Shortly after the end of World War II, one of my grandfather's brothers sent a letter to him describing impoverished conditions in Southern Italy and asking if my grandfather would send a decent pair of shoes for his daughter Rosaria. My grandfather had left the port of Naples on a New York-bound steamer decades earlier, in 1905, and as far as his relatives knew, he had been living the American dream ever since. In truth, he too was struggling to get by, but his pride would not allow him to admit this to the family he had left behind. Instead, he asked his eldest son (my father) to respond.
My father good-naturedly took on the task. He wrote a letter in Italian, explaining that shoe sizes in the United States were different, and that someone should draw an outline of Rosaria's foot on paper and send it back to him. When he knew what American size to buy for her, he would happily do so. Simple. He did not treat it like a big favor. Soon he would be shipping her a brand new pair of shoes.
I know this because Rosaria (who is now in her 80s) kept the letter and showed it to me many years later when I first came to visit, a trip that neither my grandfather or my father was ever able to make. Speaking in Italian with someone translating, Rosaria told the story and placed the long-cherished letter in my hands. There in blue ink was my own dear father's familiar penmanship, and it felt as if he were in the room with us, a full-circle kind of moment, with tears and hugs.
Fast forward another thirty years, and I was again in Italy. This time my young cousin Luca appeared to have been assigned the job of showing me around, a duty which he dispatched with humor and patience. One morning he took me along as he made his rounds of various properties he manages in Scafati, and then we stopped at a little sandal and shoemaker shop called Mastrogio, where his friend is a master craftsman. The concept was to choose a style, customize with whatever ornaments appealed to you, and have it specifically fit and made for your foot. The shelves were stocked with soft colorful moccasins and samples of sandals suitable for goddesses. Behind the counter were supplies and equipment, and on the wall a clock and crucifix. It was the setting in which a true artisan worked, and it smelled of good leather.

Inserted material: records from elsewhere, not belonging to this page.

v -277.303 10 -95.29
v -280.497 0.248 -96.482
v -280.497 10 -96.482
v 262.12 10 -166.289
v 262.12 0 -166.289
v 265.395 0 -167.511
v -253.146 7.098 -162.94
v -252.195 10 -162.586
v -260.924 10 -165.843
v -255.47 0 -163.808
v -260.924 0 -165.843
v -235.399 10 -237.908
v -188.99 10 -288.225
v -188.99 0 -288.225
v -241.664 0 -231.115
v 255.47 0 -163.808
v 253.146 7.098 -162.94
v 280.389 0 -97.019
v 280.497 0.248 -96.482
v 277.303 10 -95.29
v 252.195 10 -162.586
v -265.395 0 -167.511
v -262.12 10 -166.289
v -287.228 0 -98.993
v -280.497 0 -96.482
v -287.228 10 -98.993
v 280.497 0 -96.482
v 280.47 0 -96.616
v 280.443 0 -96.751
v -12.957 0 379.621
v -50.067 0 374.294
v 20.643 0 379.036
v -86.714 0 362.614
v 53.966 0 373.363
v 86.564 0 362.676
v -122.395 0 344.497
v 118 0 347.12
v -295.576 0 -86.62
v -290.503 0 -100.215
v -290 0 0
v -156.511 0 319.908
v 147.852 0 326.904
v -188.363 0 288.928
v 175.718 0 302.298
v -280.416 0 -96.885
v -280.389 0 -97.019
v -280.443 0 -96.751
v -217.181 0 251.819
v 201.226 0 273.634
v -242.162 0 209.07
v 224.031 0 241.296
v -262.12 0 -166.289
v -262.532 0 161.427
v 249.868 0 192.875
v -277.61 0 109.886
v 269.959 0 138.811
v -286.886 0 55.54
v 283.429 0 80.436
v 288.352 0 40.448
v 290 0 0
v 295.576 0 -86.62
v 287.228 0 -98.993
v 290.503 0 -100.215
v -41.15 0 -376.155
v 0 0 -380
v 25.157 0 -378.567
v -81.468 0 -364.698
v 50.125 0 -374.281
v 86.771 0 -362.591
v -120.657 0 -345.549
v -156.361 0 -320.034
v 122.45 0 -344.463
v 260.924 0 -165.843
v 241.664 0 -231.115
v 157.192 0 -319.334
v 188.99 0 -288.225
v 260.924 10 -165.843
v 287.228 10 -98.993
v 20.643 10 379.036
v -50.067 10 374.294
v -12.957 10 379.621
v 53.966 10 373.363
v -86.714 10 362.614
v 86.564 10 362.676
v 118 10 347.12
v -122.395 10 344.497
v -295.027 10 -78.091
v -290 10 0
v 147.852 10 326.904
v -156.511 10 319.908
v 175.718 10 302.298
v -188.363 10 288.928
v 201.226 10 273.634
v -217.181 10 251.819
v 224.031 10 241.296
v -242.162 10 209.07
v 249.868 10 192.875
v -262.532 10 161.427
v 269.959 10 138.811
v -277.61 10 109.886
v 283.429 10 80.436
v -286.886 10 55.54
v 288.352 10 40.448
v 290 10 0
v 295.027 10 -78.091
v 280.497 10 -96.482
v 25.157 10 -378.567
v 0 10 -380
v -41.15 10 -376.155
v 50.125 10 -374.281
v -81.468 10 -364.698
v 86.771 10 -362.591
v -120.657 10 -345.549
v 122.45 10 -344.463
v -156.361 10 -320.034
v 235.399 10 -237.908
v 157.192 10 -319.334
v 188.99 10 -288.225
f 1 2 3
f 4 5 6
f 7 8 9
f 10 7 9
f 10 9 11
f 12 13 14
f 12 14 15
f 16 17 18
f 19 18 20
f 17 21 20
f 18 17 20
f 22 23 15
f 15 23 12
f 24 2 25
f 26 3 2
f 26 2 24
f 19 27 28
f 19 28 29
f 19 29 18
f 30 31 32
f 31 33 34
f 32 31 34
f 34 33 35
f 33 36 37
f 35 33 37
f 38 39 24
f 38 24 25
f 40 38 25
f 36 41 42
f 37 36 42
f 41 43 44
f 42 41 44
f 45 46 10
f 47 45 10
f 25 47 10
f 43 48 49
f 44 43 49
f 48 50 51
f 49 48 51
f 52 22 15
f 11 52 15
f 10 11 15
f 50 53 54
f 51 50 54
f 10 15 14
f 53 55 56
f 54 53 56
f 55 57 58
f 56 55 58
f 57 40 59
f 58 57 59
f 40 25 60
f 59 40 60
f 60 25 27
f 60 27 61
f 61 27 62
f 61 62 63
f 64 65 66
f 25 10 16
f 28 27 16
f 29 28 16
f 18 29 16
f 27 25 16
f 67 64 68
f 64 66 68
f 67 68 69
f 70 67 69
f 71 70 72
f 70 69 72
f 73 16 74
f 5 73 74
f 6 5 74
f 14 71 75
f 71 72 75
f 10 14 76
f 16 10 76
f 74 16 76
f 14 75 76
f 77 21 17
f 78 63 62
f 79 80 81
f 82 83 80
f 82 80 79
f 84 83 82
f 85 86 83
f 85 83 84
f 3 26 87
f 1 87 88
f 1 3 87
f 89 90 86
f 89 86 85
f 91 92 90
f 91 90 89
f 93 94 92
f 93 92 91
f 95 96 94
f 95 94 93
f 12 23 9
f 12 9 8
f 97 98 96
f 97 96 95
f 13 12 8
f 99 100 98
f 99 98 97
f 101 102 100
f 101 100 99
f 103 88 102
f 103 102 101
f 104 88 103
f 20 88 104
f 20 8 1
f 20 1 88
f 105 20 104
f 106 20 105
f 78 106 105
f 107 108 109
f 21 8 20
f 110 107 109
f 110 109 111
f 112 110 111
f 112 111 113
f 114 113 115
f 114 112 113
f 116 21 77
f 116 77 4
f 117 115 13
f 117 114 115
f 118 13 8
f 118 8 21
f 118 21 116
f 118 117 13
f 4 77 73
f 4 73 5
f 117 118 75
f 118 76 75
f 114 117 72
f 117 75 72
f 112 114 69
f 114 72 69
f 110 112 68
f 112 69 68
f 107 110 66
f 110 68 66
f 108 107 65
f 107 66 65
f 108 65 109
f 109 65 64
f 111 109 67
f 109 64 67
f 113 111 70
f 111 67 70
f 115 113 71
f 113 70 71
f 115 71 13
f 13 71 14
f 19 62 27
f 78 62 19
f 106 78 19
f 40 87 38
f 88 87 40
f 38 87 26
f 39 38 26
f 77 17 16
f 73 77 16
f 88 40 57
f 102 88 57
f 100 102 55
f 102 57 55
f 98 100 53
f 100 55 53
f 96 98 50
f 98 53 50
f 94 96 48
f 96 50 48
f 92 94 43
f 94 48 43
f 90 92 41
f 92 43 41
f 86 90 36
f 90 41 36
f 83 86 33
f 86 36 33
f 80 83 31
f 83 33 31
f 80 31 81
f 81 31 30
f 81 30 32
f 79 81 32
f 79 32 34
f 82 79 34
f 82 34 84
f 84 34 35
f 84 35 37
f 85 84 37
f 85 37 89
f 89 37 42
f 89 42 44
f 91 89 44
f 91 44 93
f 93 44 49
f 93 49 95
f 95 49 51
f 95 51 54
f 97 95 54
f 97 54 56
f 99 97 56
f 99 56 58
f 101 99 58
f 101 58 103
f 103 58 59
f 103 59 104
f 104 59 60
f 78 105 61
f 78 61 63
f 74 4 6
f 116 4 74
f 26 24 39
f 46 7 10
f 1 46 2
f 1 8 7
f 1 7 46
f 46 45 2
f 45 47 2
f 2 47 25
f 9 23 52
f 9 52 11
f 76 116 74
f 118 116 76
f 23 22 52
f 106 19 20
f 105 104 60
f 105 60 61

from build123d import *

# Parameters (mm, degrees)
SKETCH1_RX          = 380
SKETCH1_RY          = 290
BOSS_EXTRUDE1_DEPTH = 10
BOSS_EXTRUDE2_DEPTH = 10
CUT_EXTRUDE1_DEPTH  = 10
SKETCH8_W           = 355.795250099
SKETCH8_H           = 262.515596516
CUT_EXTRUDE2_DEPTH  = 102.013832803


with BuildPart() as part:
    # Sketch1 → Boss-Extrude1 (new body)
    with BuildSketch(Plane(origin=(0, 0, 0), x_dir=(1, 0, 0), z_dir=(0, 1, 0))):
        with Locations(Location((0, 0), (0, 0, 90))):
            Ellipse(SKETCH1_RX, SKETCH1_RY)
    extrude(amount=BOSS_EXTRUDE1_DEPTH)

    # Sketch2 → Boss-Extrude2 (add)
    with BuildSketch(Plane(origin=(0, 10, 0), x_dir=(1, 0, 0), z_dir=(0, 1, 0))):
        Polygon((287.228032818, 98.993347022), (277.229646496, 95.262936552), (290, 0), (296.597160239, 102.488980208), align=None)
        Polygon((-296.597160239, 102.488980208), (-290, 0), (-277.229646496, 95.262936552), (-287.228032818, 98.993347022), align=None)
        Polygon((244.797124663, 227.718261487), (188.989530622, 288.225103524), (257.336277473, 164.50388217), (262.120047497, 166.288712763), (271.489174918, 169.784345949), (266.534927877, 209.025181731), align=None)
        Polygon((-266.534927877, 209.025181731), (-271.489174918, 169.784345949), (-262.120047497, 166.288712763), (-257.336277473, 164.50388217), (-188.989530622, 288.225103524), (-244.797124663, 227.718261487), align=None)
    extrude(amount=-BOSS_EXTRUDE2_DEPTH)

    # Sketch4 → Cut-Extrude1 (cut)
    with BuildSketch(Plane(origin=(256.485650454, 95.695117721, -95.695117721), x_dir=(-0.309165432, -0.11535001, -0.943986817), z_dir=(0.884433277, 0.329983165, -0.329983165))):
        Polygon((4.647435865, -100.404384349), (0.972491464, -70.555212825), (72.260950701, -61.778382153), (74.730936612, -81.840463395), (75.935895102, -91.627553677), align=None)
    cut_extrude1 = extrude(amount=-CUT_EXTRUDE1_DEPTH, mode=Mode.SUBTRACT)

    # Mirror1: Cut-Extrude1 across plane
    add(cut_extrude1.mirror(Plane(origin=(0, 0, 0), x_dir=(0, 0, 1), z_dir=(1, 0, 0))), mode=Mode.SUBTRACT)

    # Sketch8 → Cut-Extrude2 (cut, through all)
    with BuildSketch(Plane(origin=(256.485650454, 95.695117721, -95.695117721), x_dir=(-0.309165432, -0.11535001, -0.943986817), z_dir=(0.884433277, 0.329983165, -0.329983165))):
        with Locations((60.595009972, -108.189381189)):
            Rectangle(SKETCH8_W, SKETCH8_H)
    cut_extrude2 = extrude(amount=CUT_EXTRUDE2_DEPTH, mode=Mode.SUBTRACT)

    # Mirror2: Cut-Extrude2 across plane
    add(cut_extrude2.mirror(Plane(origin=(0, 0, 0), x_dir=(0, 0, 1), z_dir=(1, 0, 0))), mode=Mode.SUBTRACT)


solid = part.part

Luca and I manage to communicate pretty well with the help of a translator app, our own sincere efforts to talk in one another's language, and at times a congruity of interest and ideas that makes me wonder if there might be something genetic going on here. (Our grandfathers were brothers.) Luca is always in motion, always seems to have something going on, someplace to be, an idea up his sleeve. But now he had a surprise for me. "We want to give you a pair of sandals," he said. "Choose the ones you like. See if there's a pair that fits."
This of course was too generous. Even so, I might have considered it and graciously accepted but for the fact that I have the world's ugliest feet, with bunions and bumps and broken-nailed toes splayed out like a fan. I do not wear sandals at all, let alone sandals for goddesses who possess lovely feet that can step out nearly naked.
"Perhaps a pair of moccasins then," said Luca's gentle friend. I picked up a bright blue one, felt its softness, tried to imagine myself wearing it, even dared to remove my own shoe and attempted to slip my wicked stepsister foot into it. This one was too far too small, and another far too big, and the gift in general seemed too extravagant anyway.
There was a bit of discussion in Italian. "He can do this for you," Luca said. "We draw an outline of your foot on a piece of paper, leave with him, and he make a shoe fit just for you. Your perfect size."
But there wasn't time, which didn't matter, because wasn't this moment gift enough? It was a full-circle kind of thing.